→ **ASSIGNMENT**: Reproduce, from the lines below, exactly the stretch that begins at the line containing "BOSS_EXTRUDE1_DEPTH = 7.62" and ends at the line containing "# FreeCAD 1.0 macro for this part", both included.

....

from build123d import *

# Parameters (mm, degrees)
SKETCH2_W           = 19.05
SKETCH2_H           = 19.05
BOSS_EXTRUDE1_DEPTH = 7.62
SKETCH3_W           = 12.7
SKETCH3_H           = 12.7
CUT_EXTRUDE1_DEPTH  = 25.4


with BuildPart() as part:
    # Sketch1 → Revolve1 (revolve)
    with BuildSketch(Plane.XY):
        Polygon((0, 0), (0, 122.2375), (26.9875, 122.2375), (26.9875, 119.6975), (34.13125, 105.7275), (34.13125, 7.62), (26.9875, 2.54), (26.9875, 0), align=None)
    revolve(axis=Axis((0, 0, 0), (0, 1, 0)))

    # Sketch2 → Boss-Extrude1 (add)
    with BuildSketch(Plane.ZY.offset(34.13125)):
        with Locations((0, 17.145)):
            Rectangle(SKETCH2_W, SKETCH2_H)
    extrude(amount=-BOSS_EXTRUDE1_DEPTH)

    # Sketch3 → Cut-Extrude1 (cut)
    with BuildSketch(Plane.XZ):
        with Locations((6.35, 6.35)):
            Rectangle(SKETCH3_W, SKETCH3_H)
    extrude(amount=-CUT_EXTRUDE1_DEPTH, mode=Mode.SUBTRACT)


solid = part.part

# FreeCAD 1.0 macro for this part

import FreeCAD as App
import Part
import Sketcher
from FreeCAD import Vector
Q = App.Units.Quantity

doc = App.newDocument("Part")
body = doc.addObject("PartDesign::Body", "Body")

# Sketch on XY plane
sketch1 = body.newObject("Sketcher::SketchObject", "Sketch")
sketch1.AttachmentSupport = (doc.getObject("XY_Plane"), [""])
sketch1.MapMode = "FlatFace"
sketch1.addGeometry([
    Part.LineSegment(Vector(0, 122.2375, 0), Vector(0, 0, 0)),  # 0
    Part.LineSegment(Vector(0, 0, 0), Vector(26.9875, 0, 0)),  # 1
    Part.LineSegment(Vector(26.9875, 0, 0), Vector(26.9875, 2.54, 0)),  # 2
    Part.LineSegment(Vector(26.9875, 2.54, 0), Vector(34.13125, 7.62, 0)),  # 3
    Part.LineSegment(Vector(34.13125, 7.62, 0), Vector(34.13125, 105.7275, 0)),  # 4
    Part.LineSegment(Vector(34.13125, 105.7275, 0), Vector(26.9875, 119.6975, 0)),  # 5
    Part.LineSegment(Vector(26.9875, 119.6975, 0), Vector(26.9875, 122.2375, 0)),  # 6
    Part.LineSegment(Vector(26.9875, 122.2375, 0), Vector(0, 122.2375, 0)),  # 7
], False)
sketch1.addConstraint([
    Sketcher.Constraint("Coincident", 0, 2, 1, 1),
    Sketcher.Constraint("Coincident", 1, 2, 2, 1),
    Sketcher.Constraint("Coincident", 2, 2, 3, 1),
    Sketcher.Constraint("Coincident", 3, 2, 4, 1),
    Sketcher.Constraint("Coincident", 4, 2, 5, 1),
    Sketcher.Constraint("Coincident", 5, 2, 6, 1),
    Sketcher.Constraint("Coincident", 6, 2, 7, 1),
    Sketcher.Constraint("Coincident", 7, 2, 0, 1),
    Sketcher.Constraint("Vertical", 0),
    Sketcher.Constraint("Horizontal", 1),
    Sketcher.Constraint("Vertical", 2),
    Sketcher.Constraint("Vertical", 4),
    Sketcher.Constraint("Vertical", 6),
    Sketcher.Constraint("Horizontal", 7),
    Sketcher.Constraint("Coincident", 0, 2, -1, 1),
    Sketcher.Constraint("Vertical", 2, 2, 5, 2),
    Sketcher.Constraint("Equal", 2, 6),
    Sketcher.Constraint("DistanceY", 2, 1, 2, 2, Q("0.1 in")),
    Sketcher.Constraint("DistanceY", -1, 1, 3, 2, Q("0.3 in")),
    Sketcher.Constraint("DistanceX", 1, 1, 1, 2, Q("1.0625 in")),
    Sketcher.Constraint("DistanceY", 0, 2, 0, 1, Q("4.8125 in")),
    Sketcher.Constraint("DistanceY", 4, 2, 5, 2, Q("0.55 in")),
    Sketcher.Constraint("DistanceX", -1, 1, 3, 2, Q("1.34375 in")),
])
revolution = body.newObject("PartDesign::Revolution", "Revolution")
revolution.Profile = sketch1
revolution.ReferenceAxis = (sketch1, ["V_Axis"])
revolution.Angle = 360

# Sketch on YZ plane
sketch2 = body.newObject("Sketcher::SketchObject", "Sketch001")
sketch2.AttachmentSupport = (doc.getObject("YZ_Plane"), [""])
sketch2.MapMode = "FlatFace"
sketch2.AttachmentOffset = App.Placement(Vector(0, 0, -1.34375 * 25.4), App.Rotation())
sketch2.addGeometry([
    Part.LineSegment(Vector(26.67, -9.525, 0), Vector(7.62, -9.525, 0)),
    Part.LineSegment(Vector(7.62, -9.525, 0), Vector(7.62, 9.525, 0)),
    Part.LineSegment(Vector(7.62, 9.525, 0), Vector(26.67, 9.525, 0)),
    Part.LineSegment(Vector(26.67, 9.525, 0), Vector(26.67, -9.525, 0)),
], False)
sketch2.addConstraint([
    Sketcher.Constraint("Coincident", 0, 2, 1, 1),
    Sketcher.Constraint("Coincident", 1, 2, 2, 1),
    Sketcher.Constraint("Coincident", 2, 2, 3, 1),
    Sketcher.Constraint("Coincident", 3, 2, 0, 1),
    Sketcher.Constraint("Horizontal", 0),
    Sketcher.Constraint("Vertical", 1),
    Sketcher.Constraint("Horizontal", 2),
    Sketcher.Constraint("Vertical", 3),
    Sketcher.Constraint("Equal", 2, 1),
    Sketcher.Constraint("DistanceX", 0, 2, 0, 1, Q("0.75 in")),
    Sketcher.Constraint("DistanceX", -1, 1, 0, 2, Q("0.3 in")),
    Sketcher.Constraint("DistanceY", 0, 2, -1, 1, Q("0.375 in")),
])
pad1 = body.newObject("PartDesign::Pad", "Pad")
pad1.Profile = sketch2
pad1.Length = Q("0.3 in")

# Sketch on XZ plane
sketch3 = body.newObject("Sketcher::SketchObject", "Sketch002")
sketch3.AttachmentSupport = (doc.getObject("XZ_Plane"), [""])
sketch3.MapMode = "FlatFace"
sketch3.addGeometry([
    Part.LineSegment(Vector(0, 12.7, 0), Vector(0, 0, 0)),
    Part.LineSegment(Vector(0, 0, 0), Vector(12.7, 0, 0)),
    Part.LineSegment(Vector(12.7, 0, 0), Vector(12.7, 12.7, 0)),
    Part.LineSegment(Vector(12.7, 12.7, 0), Vector(0, 12.7, 0)),
], False)
sketch3.addConstraint([
    Sketcher.Constraint("Coincident", 0, 2, 1, 1),
    Sketcher.Constraint("Coincident", 1, 2, 2, 1),
    Sketcher.Constraint("Coincident", 2, 2, 3, 1),
    Sketcher.Constraint("Coincident", 3, 2, 0, 1),
    Sketcher.Constraint("Vertical", 0),
    Sketcher.Constraint("Horizontal", 1),
    Sketcher.Constraint("Vertical", 2),
    Sketcher.Constraint("Horizontal", 3),
    Sketcher.Constraint("Coincident", 0, 2, -1, 1),
    Sketcher.Constraint("Equal", 3, 0),
    Sketcher.Constraint("DistanceX", 1, 1, 1, 2, Q("0.5 in")),
])
pocket1 = body.newObject("PartDesign::Pocket", "Pocket")
pocket1.Profile = sketch3
pocket1.Length = Q("1 in")

doc.recompute()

....

→ **EXPECTED ANSWER**:
BOSS_EXTRUDE1_DEPTH = 7.62
SKETCH3_W           = 12.7
SKETCH3_H           = 12.7
CUT_EXTRUDE1_DEPTH  = 25.4


with BuildPart() as part:
    # Sketch1 → Revolve1 (revolve)
    with BuildSketch(Plane.XY):
        Polygon((0, 0), (0, 122.2375), (26.9875, 122.2375), (26.9875, 119.6975), (34.13125, 105.7275), (34.13125, 7.62), (26.9875, 2.54), (26.9875, 0), align=None)
    revolve(axis=Axis((0, 0, 0), (0, 1, 0)))

    # Sketch2 → Boss-Extrude1 (add)
    with BuildSketch(Plane.ZY.offset(34.13125)):
        with Locations((0, 17.145)):
            Rectangle(SKETCH2_W, SKETCH2_H)
    extrude(amount=-BOSS_EXTRUDE1_DEPTH)

    # Sketch3 → Cut-Extrude1 (cut)
    with BuildSketch(Plane.XZ):
        with Locations((6.35, 6.35)):
            Rectangle(SKETCH3_W, SKETCH3_H)
    extrude(amount=-CUT_EXTRUDE1_DEPTH, mode=Mode.SUBTRACT)


solid = part.part

# FreeCAD 1.0 macro for this part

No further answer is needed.